[Opening THE DATA section]

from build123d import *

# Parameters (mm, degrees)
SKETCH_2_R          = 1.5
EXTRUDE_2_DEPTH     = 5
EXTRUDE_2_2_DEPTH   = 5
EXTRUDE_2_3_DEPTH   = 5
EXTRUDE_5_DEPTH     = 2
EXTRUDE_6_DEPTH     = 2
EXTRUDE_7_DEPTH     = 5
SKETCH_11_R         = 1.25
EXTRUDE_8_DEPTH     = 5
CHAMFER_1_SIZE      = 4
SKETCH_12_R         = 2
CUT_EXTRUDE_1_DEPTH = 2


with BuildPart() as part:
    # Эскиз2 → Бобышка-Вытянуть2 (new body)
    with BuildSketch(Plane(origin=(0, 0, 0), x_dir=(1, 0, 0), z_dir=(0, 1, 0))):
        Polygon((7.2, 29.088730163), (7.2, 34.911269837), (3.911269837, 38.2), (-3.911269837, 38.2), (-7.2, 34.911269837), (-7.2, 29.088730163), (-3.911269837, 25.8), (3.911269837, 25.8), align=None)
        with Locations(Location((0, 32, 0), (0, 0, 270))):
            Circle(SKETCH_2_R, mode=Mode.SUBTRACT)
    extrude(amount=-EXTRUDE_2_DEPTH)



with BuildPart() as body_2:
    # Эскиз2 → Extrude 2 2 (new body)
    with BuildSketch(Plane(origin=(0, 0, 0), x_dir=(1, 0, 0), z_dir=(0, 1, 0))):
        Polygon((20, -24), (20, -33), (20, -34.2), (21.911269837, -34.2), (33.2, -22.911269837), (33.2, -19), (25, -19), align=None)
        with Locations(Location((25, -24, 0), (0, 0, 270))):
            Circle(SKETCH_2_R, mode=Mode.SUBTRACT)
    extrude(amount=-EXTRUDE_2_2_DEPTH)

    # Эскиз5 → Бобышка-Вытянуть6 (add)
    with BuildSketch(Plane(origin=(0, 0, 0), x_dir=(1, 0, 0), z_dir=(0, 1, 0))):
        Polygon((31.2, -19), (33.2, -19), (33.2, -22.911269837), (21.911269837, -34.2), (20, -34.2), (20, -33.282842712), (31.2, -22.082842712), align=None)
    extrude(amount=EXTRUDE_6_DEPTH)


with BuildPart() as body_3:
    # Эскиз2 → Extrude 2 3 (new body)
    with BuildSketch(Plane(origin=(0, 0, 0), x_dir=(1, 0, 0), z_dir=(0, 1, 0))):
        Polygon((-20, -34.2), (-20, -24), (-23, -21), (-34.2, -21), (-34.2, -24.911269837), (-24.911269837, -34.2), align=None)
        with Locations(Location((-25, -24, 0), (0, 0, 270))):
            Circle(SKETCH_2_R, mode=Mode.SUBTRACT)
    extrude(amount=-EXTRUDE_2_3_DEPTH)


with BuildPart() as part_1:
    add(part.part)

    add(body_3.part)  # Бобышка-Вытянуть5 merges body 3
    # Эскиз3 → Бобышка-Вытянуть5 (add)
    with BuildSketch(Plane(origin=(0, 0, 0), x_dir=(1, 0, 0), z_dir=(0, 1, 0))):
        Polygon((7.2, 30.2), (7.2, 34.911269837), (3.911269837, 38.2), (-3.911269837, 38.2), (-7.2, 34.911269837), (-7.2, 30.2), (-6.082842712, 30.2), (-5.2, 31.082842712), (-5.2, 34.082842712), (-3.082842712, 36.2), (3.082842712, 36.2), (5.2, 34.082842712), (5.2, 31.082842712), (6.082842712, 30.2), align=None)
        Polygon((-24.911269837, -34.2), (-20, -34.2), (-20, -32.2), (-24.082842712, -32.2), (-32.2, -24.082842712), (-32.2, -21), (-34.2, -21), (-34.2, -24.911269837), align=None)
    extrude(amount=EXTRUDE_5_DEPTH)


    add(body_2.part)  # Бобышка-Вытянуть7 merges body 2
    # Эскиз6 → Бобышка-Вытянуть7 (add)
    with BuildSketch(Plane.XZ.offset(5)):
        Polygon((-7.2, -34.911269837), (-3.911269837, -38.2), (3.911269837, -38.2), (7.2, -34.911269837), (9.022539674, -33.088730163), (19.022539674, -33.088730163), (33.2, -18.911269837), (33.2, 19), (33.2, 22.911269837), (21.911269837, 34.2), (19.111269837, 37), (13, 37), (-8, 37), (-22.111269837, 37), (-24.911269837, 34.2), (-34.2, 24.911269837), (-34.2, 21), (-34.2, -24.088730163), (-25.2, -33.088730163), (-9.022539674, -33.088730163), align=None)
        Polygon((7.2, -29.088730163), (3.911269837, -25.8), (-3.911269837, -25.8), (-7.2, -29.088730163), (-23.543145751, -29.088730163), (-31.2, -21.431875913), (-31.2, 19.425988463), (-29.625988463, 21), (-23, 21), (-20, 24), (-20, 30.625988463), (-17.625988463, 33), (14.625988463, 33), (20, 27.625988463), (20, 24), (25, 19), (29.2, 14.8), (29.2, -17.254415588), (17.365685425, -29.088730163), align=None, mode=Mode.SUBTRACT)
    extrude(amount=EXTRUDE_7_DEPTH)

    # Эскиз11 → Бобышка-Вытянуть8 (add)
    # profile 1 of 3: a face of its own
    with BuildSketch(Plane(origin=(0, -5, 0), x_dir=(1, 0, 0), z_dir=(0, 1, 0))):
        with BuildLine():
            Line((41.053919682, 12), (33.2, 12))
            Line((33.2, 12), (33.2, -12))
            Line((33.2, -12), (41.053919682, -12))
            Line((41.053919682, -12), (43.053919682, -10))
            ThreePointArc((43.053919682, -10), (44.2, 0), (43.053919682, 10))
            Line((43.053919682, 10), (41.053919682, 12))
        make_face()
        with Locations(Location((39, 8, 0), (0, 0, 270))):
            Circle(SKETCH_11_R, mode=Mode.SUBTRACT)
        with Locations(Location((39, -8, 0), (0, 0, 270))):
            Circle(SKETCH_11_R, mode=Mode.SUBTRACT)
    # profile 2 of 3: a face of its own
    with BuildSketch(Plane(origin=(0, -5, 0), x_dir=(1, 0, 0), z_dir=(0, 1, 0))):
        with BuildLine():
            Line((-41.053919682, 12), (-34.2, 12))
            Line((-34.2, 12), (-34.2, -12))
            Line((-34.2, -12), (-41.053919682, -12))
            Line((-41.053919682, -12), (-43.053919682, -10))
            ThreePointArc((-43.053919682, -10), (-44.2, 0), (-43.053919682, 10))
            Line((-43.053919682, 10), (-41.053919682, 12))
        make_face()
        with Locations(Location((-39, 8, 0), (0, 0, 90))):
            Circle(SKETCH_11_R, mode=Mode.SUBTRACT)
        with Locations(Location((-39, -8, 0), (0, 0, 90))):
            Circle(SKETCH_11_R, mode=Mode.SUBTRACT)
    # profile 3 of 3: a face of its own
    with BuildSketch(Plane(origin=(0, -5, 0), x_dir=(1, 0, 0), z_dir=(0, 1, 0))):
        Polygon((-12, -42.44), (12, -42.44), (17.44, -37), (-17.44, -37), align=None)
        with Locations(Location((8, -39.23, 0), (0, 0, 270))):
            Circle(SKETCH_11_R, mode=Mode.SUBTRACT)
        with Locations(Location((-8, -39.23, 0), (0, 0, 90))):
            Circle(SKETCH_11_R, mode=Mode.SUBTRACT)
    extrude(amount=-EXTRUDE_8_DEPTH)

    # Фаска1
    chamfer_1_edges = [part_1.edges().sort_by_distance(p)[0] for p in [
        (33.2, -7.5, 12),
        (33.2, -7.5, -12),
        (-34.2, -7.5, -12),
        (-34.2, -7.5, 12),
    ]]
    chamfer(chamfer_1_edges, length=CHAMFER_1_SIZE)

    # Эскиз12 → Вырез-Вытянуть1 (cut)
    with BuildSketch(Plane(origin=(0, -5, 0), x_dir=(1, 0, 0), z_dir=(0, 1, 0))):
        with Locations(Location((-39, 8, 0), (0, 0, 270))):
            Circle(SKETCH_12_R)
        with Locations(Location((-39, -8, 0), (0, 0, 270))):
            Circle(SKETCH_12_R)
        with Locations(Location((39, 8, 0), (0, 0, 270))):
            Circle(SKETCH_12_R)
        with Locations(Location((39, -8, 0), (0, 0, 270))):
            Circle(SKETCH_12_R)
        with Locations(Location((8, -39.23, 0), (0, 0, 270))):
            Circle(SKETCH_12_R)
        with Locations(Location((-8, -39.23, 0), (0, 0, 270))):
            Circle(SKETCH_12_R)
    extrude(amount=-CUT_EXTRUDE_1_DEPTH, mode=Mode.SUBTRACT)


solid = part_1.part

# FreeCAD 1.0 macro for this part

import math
import FreeCAD as App
import Part
import Sketcher
Q = App.Units.Quantity


def edges_at(feature, points):
    """Names of the edges that pass closest to the given points."""
    edges = feature.Shape.Edges
    near = lambda p: min(range(len(edges)), key=lambda i: edges[i].distToShape(Part.Vertex(*p))[0])
    return sorted({f"Edge{near(p) + 1}" for p in points})

doc = App.newDocument("Part")
body = doc.addObject("PartDesign::Body", "Body")

sketch1 = doc.addObject("Sketcher::SketchObject", "Sketch")
body.addObject(sketch1)
sketch1.AttachmentSupport = (doc.XZ_Plane, [""])
sketch1.MapMode = "FlatFace"
sketch1.addGeometry(Part.LineSegment(App.Vector(7.2, -29.1, 0), App.Vector(7.2, -34.9, 0)), False)
sketch1.addGeometry(Part.LineSegment(App.Vector(7.2, -34.9, 0), App.Vector(3.9, -38.2, 0)), False)
sketch1.addGeometry(Part.LineSegment(App.Vector(3.9, -38.2, 0), App.Vector(-3.9, -38.2, 0)), False)
sketch1.addGeometry(Part.LineSegment(App.Vector(-3.9, -38.2, 0), App.Vector(-7.2, -34.9, 0)), False)
sketch1.addGeometry(Part.LineSegment(App.Vector(-7.2, -34.9, 0), App.Vector(-7.2, -29.1, 0)), False)
sketch1.addGeometry(Part.LineSegment(App.Vector(-7.2, -29.1, 0), App.Vector(-3.9, -25.8, 0)), False)
sketch1.addGeometry(Part.LineSegment(App.Vector(-3.9, -25.8, 0), App.Vector(3.9, -25.8, 0)), False)
sketch1.addGeometry(Part.LineSegment(App.Vector(3.9, -25.8, 0), App.Vector(7.2, -29.1, 0)), False)
sketch1.addGeometry(Part.Circle(App.Vector(0, -32, 0), App.Vector(0, 0, 1), 1.5), False)
sketch1.addConstraint(Sketcher.Constraint("Coincident", 0, 2, 1, 1))
sketch1.addConstraint(Sketcher.Constraint("Coincident", 1, 2, 2, 1))
sketch1.addConstraint(Sketcher.Constraint("Coincident", 2, 2, 3, 1))
sketch1.addConstraint(Sketcher.Constraint("Coincident", 3, 2, 4, 1))
sketch1.addConstraint(Sketcher.Constraint("Coincident", 4, 2, 5, 1))
sketch1.addConstraint(Sketcher.Constraint("Coincident", 5, 2, 6, 1))
sketch1.addConstraint(Sketcher.Constraint("Coincident", 6, 2, 7, 1))
sketch1.addConstraint(Sketcher.Constraint("Coincident", 7, 2, 0, 1))
sketch1.addConstraint(Sketcher.Constraint("Vertical", 0))
sketch1.addConstraint(Sketcher.Constraint("Horizontal", 2))
sketch1.addConstraint(Sketcher.Constraint("Vertical", 4))
sketch1.addConstraint(Sketcher.Constraint("Horizontal", 6))
sketch1.addConstraint(Sketcher.Constraint("Symmetric", 0, 2, 3, 2, -2))
sketch1.addConstraint(Sketcher.Constraint("PointOnObject", 8, 3, -2))
sketch1.addConstraint(Sketcher.Constraint("Perpendicular", 1, 3))
sketch1.addConstraint(Sketcher.Constraint("Perpendicular", 3, 5))
sketch1.addConstraint(Sketcher.Constraint("Perpendicular", 5, 7))
sketch1.addConstraint(Sketcher.Constraint("Horizontal", 4, 2, 7, 2))
sketch1.addConstraint(Sketcher.Constraint("Vertical", 2, 2, 5, 2))
sketch1.addConstraint(Sketcher.Constraint("Vertical", 1, 2, 6, 2))
sketch1.addConstraint(Sketcher.Constraint("Diameter", 8, 3.0))
sketch1.addConstraint(Sketcher.Constraint("DistanceY", 8, 3, -1, 1, 32.0))
sketch1.addConstraint(Sketcher.Constraint("DistanceX", -1, 1, 0, 2, 7.2))
sketch1.addConstraint(Sketcher.Constraint("DistanceY", 1, 2, -1, 1, 38.2))
sketch1.addConstraint(Sketcher.Constraint("DistanceY", 5, 2, -1, 1, 25.8))
sketch1.addConstraint(Sketcher.Constraint("DistanceX", 2, 2, 2, 1, 7.82254))
pad1 = doc.addObject("PartDesign::Pad", "Pad")
body.addObject(pad1)
pad1.Profile = sketch1
pad1.Length = 5
body2 = doc.addObject("PartDesign::Body", "Body001")

sketch2 = doc.addObject("Sketcher::SketchObject", "Sketch001")
body2.addObject(sketch2)
sketch2.AttachmentSupport = (doc.getObject("XZ_Plane001"), [""])
sketch2.MapMode = "FlatFace"
sketch2.addGeometry(Part.LineSegment(App.Vector(20, 24, 0), App.Vector(20, 34.2, 0)), False)
sketch2.addGeometry(Part.LineSegment(App.Vector(20, 34.2, 0), App.Vector(21.9, 34.2, 0)), False)
sketch2.addGeometry(Part.LineSegment(App.Vector(21.9, 34.2, 0), App.Vector(33.2, 22.9, 0)), False)
sketch2.addGeometry(Part.LineSegment(App.Vector(33.2, 22.9, 0), App.Vector(33.2, 19, 0)), False)
sketch2.addGeometry(Part.LineSegment(App.Vector(33.2, 19, 0), App.Vector(25, 19, 0)), False)
sketch2.addGeometry(Part.LineSegment(App.Vector(25, 19, 0), App.Vector(20, 24, 0)), False)
sketch2.addGeometry(Part.Circle(App.Vector(25, 24, 0), App.Vector(0, 0, 1), 1.5), False)
sketch2.addConstraint(Sketcher.Constraint("Coincident", 0, 2, 1, 1))
sketch2.addConstraint(Sketcher.Constraint("Coincident", 1, 2, 2, 1))
sketch2.addConstraint(Sketcher.Constraint("Coincident", 2, 2, 3, 1))
sketch2.addConstraint(Sketcher.Constraint("Coincident", 3, 2, 4, 1))
sketch2.addConstraint(Sketcher.Constraint("Coincident", 4, 2, 5, 1))
sketch2.addConstraint(Sketcher.Constraint("Coincident", 5, 2, 0, 1))
sketch2.addConstraint(Sketcher.Constraint("Vertical", 0))
sketch2.addConstraint(Sketcher.Constraint("Horizontal", 1))
sketch2.addConstraint(Sketcher.Constraint("Vertical", 3))
sketch2.addConstraint(Sketcher.Constraint("Horizontal", 4))
sketch2.addConstraint(Sketcher.Constraint("Parallel", 2, 5))
sketch2.addConstraint(Sketcher.Constraint("Horizontal", 6, 3, 5, 2))
sketch2.addConstraint(Sketcher.Constraint("Vertical", 6, 3, 4, 2))
sketch2.addConstraint(Sketcher.Constraint("Diameter", 6, 3.0))
sketch2.addConstraint(Sketcher.Constraint("Angle", 2, Q("-45 deg")))
sketch2.addConstraint(Sketcher.Constraint("DistanceX", 4, 2, 4, 1, 8.2))
sketch2.addConstraint(Sketcher.Constraint("DistanceY", 0, 1, 0, 2, 10.2))
sketch2.addConstraint(Sketcher.Constraint("DistanceX", -1, 1, 6, 3, 25.0))
sketch2.addConstraint(Sketcher.Constraint("DistanceY", -1, 1, 6, 3, 24.0))
sketch2.addConstraint(Sketcher.Constraint("DistanceX", -1, 1, 0, 2, 20.0))
sketch2.addConstraint(Sketcher.Constraint("DistanceX", 1, 1, 1, 2, 1.91127))
pad2 = doc.addObject("PartDesign::Pad", "Pad001")
body2.addObject(pad2)
pad2.Profile = sketch2
pad2.Length = 5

[Closing THE DATA section]

Work out the number of lines in the records that contain the string "None". Nothing but that number should be sent back.

### WRITTEN SOLUTION
9